### TO DO:
Nothing outside the range is wanted. Repeat exactly the lines below from the one with "f 53 256 255" through the one with "f 305 303 302".

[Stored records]
__________

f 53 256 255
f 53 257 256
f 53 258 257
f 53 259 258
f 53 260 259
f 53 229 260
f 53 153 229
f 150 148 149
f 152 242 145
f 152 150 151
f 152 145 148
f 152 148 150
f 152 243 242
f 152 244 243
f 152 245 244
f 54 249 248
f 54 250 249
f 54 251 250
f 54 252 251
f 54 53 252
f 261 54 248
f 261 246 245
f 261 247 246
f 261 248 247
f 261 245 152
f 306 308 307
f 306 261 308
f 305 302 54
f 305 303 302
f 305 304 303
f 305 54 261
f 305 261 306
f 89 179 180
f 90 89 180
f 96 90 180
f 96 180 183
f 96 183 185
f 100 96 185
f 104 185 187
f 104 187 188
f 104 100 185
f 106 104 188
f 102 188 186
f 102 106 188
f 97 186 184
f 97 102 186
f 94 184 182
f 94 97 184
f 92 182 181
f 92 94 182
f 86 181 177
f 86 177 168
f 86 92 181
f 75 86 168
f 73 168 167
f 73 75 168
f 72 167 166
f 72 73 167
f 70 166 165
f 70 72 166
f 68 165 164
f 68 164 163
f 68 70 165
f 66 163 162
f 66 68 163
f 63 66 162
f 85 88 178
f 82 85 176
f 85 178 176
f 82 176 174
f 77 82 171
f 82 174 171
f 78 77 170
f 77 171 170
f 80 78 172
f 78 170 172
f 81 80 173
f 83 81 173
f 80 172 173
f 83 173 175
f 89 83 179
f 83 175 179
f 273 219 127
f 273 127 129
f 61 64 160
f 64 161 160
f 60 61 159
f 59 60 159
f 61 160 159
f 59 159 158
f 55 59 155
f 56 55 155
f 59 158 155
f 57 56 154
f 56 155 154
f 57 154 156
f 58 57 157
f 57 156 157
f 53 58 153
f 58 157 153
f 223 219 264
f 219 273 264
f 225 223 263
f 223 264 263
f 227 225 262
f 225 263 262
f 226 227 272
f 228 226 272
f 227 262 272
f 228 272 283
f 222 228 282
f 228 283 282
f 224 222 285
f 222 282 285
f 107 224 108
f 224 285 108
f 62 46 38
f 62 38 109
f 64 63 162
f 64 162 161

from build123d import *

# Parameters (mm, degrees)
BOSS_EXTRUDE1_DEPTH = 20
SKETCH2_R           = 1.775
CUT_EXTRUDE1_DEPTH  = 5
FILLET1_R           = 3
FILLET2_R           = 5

__________

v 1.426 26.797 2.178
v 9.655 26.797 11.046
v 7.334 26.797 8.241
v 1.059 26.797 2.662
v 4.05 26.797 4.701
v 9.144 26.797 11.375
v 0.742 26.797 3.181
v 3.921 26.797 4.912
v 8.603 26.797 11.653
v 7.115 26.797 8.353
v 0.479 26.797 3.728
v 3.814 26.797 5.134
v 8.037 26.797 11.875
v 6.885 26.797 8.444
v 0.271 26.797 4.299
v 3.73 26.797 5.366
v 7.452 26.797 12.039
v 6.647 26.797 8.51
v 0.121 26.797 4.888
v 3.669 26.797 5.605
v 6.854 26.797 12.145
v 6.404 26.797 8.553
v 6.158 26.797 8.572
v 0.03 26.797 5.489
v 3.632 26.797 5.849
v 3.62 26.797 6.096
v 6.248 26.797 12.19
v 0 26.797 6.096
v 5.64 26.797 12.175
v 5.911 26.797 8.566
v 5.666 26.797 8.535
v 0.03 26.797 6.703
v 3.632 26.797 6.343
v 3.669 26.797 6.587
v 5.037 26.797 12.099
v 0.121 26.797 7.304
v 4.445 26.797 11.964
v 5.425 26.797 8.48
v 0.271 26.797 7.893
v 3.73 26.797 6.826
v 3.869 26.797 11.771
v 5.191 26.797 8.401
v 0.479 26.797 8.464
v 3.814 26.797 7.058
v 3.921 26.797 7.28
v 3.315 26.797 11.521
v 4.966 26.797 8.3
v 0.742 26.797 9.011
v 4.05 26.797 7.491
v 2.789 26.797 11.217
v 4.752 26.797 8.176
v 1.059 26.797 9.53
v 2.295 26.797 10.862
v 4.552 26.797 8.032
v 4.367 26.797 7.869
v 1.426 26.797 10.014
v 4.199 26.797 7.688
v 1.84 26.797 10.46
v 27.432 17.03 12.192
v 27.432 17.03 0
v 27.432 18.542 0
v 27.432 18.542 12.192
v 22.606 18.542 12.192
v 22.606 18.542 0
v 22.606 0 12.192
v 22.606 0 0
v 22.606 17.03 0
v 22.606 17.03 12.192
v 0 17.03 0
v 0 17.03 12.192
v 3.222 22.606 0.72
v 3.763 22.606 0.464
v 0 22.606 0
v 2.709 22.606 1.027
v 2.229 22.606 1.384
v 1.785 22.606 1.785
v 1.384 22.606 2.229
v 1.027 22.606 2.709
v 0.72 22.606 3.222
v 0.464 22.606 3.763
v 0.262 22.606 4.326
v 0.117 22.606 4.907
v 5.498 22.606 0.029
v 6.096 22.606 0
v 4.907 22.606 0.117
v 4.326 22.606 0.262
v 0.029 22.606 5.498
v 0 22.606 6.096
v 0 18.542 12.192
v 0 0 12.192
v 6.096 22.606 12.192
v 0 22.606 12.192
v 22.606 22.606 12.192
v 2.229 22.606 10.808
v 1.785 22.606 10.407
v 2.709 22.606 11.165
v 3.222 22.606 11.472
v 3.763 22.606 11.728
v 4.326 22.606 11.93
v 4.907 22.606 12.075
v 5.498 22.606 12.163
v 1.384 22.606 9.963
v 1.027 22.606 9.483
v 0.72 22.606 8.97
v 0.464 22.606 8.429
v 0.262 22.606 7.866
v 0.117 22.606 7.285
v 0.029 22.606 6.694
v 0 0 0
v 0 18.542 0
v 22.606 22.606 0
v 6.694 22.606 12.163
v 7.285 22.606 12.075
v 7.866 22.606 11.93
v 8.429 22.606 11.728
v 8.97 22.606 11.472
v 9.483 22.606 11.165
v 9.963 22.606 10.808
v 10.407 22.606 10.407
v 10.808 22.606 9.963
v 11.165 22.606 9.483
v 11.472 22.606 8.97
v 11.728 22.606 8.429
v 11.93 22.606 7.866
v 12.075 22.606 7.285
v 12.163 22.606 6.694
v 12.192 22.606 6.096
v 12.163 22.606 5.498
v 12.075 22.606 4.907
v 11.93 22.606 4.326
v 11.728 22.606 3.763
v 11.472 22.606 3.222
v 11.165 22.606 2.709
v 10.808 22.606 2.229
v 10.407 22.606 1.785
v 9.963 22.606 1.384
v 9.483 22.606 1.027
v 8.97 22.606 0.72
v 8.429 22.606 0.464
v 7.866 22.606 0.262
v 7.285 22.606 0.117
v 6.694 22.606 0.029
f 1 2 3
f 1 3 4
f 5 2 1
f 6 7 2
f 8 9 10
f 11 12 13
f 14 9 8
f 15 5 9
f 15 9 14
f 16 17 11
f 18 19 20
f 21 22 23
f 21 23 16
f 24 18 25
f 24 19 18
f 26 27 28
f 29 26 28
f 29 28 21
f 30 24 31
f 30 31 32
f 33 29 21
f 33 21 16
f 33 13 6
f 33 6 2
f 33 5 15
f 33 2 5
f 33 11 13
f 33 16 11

__________

### TASK SOLUTION:
f 53 256 255
f 53 257 256
f 53 258 257
f 53 259 258
f 53 260 259
f 53 229 260
f 53 153 229
f 150 148 149
f 152 242 145
f 152 150 151
f 152 145 148
f 152 148 150
f 152 243 242
f 152 244 243
f 152 245 244
f 54 249 248
f 54 250 249
f 54 251 250
f 54 252 251
f 54 53 252
f 261 54 248
f 261 246 245
f 261 247 246
f 261 248 247
f 261 245 152
f 306 308 307
f 306 261 308
f 305 302 54
f 305 303 302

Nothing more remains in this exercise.